Mechanically strong and tough hydrogels with pH-triggered self-healing and shape memory properties based on a dual physically crosslinked network

Abstract

Physically crosslinked hydrogels with a reversible nature have attracted much attention in recent decades due to their fascinating self-recovery and self-healing properties, but the low mechanical strength hinders their development for many stress-bearing applications. In this study, inspired by the multiple supramolecular interactions in nature including hydrogen bonding and ionic bonds, we proposed a simple strategy to fabricate high-performance dual physically crosslinked D-hydrogels, which is triggered by the self-complementary quadruple hydrogen bonding interactions between 2-ureido-4[1H]-pyrimidinone (UPy) dimers and Fe³⁺ ionic coordination bonds as the dynamic sacrificial crosslinkers, thus obviously enhancing the mechanical strength and toughness.

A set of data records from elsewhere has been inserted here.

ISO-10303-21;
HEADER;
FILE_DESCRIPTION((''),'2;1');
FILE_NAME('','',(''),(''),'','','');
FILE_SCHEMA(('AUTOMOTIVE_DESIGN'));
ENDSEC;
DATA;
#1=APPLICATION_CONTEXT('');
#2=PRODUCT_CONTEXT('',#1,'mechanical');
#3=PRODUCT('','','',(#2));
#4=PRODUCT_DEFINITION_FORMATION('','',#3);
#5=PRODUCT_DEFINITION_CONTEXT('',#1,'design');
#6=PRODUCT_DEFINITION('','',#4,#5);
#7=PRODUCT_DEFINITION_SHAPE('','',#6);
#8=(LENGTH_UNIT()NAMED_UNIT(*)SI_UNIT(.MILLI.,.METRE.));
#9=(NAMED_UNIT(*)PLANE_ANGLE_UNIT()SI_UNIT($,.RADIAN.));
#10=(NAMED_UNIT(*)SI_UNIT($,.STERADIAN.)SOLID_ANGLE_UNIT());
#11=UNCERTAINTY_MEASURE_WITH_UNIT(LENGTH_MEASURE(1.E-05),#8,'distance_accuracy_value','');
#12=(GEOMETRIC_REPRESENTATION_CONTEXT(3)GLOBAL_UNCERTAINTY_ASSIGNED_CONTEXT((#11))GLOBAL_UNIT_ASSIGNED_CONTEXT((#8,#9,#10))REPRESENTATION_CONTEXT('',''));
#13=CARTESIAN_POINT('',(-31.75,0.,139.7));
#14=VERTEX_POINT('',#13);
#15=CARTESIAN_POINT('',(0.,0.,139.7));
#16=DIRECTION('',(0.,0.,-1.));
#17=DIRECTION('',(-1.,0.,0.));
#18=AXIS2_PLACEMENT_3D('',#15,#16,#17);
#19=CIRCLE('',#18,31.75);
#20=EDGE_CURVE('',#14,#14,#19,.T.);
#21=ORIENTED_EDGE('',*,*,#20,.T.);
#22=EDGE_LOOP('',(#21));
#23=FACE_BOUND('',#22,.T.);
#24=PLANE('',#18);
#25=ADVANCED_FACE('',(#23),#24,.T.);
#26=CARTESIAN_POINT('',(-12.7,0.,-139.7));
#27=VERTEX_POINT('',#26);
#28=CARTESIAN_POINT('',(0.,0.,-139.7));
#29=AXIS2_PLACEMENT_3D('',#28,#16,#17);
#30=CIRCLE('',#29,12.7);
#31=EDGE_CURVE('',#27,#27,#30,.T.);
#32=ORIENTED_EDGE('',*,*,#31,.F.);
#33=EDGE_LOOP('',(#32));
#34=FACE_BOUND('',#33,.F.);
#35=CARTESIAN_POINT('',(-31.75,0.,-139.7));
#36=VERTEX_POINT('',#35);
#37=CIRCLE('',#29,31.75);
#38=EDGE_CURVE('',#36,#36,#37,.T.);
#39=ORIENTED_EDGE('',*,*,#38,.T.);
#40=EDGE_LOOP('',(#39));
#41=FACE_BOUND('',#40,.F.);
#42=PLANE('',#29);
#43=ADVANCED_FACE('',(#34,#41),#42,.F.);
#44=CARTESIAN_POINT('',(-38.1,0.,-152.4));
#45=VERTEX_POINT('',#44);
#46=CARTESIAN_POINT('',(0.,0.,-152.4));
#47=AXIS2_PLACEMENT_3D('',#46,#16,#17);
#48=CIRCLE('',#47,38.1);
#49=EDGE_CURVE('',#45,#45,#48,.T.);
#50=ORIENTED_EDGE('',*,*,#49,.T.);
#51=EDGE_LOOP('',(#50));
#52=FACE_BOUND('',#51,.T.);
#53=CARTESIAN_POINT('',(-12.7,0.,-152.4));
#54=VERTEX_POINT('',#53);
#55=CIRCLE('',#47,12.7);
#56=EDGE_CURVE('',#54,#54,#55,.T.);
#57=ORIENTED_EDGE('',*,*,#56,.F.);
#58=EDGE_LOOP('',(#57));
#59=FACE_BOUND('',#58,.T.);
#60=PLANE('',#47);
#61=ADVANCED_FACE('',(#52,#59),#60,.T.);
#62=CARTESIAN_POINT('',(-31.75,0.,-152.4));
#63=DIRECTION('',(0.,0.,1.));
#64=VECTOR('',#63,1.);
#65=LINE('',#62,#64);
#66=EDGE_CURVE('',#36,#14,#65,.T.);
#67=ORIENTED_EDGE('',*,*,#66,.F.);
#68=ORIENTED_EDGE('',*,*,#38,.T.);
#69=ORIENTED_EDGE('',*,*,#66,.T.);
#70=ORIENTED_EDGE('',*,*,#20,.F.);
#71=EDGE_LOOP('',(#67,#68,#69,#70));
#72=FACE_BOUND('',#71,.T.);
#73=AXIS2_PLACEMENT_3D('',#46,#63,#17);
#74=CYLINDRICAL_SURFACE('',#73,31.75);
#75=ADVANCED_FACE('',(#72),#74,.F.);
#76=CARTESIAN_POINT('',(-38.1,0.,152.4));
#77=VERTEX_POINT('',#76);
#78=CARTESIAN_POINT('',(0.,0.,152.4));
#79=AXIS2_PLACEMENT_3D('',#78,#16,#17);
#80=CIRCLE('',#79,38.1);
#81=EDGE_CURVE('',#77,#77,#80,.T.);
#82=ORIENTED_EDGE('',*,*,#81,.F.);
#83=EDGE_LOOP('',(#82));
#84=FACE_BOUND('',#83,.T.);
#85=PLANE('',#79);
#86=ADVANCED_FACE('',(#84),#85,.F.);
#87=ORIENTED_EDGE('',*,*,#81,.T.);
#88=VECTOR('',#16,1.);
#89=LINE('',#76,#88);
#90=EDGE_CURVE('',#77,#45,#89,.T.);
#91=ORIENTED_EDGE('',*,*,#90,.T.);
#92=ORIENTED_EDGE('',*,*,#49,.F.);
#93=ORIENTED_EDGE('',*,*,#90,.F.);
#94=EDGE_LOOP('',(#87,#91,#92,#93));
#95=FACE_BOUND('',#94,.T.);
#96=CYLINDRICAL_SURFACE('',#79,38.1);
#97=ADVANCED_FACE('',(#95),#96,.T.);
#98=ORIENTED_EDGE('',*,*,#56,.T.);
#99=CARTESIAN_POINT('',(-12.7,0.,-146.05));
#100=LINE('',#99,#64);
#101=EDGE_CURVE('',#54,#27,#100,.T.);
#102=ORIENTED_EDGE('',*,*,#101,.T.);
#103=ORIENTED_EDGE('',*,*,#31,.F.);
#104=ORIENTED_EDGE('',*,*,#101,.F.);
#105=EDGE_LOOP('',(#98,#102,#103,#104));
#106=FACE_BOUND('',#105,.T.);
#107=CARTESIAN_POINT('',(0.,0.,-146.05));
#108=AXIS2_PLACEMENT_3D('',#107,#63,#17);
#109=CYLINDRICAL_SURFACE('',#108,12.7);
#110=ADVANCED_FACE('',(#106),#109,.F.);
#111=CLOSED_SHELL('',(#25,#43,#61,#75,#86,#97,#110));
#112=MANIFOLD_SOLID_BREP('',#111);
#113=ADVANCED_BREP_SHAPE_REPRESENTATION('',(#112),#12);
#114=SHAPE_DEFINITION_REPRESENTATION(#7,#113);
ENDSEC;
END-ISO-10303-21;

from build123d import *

# Parameters (mm, degrees)
F0_W   = 31.75
F0_H   = 12.7
F0_W_2 = 19.05


with BuildPart() as f1:
    # F0 (on Front) → F1 (revolve)
    with BuildSketch(Plane.XZ):
        with Locations((-15.875, 146.05)):
            Rectangle(F0_W, F0_H)
        Polygon((-31.75, 152.4), (-38.1, 152.4), (-38.1, -152.4), (-31.75, -152.4), (-31.75, -139.7), (-31.75, 139.7), align=None)
        with Locations((-22.225, -146.05)):
            Rectangle(F0_W_2, F0_H)
    revolve(axis=Axis((0, 0, 0), (0, 0, -1)))


solid = f1.part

Due to the synergistic effect of the two types of physical crosslinking interactions, the D-hydrogels exhibit outstanding mechanical properties, such as a tensile strength of 7.9 MPa, an elastic modulus of 6.9 MPa, and an elongation at break of 541%, with an optimized structure. Furthermore, these reversible dual physical crosslinks enable the D-hydrogels to efficiently dissipate energy with a high toughness (up to 29 MJ m⁻³) while imparting good self-recovery properties, a pH-triggered healing capability and pH-responsive shape memory to the network. This dual physically crosslinked hydrogel with excellent mechanical performance as well as good recovery and self-healing properties will hopefully be exploited as a promising candidate for various biomedical applications.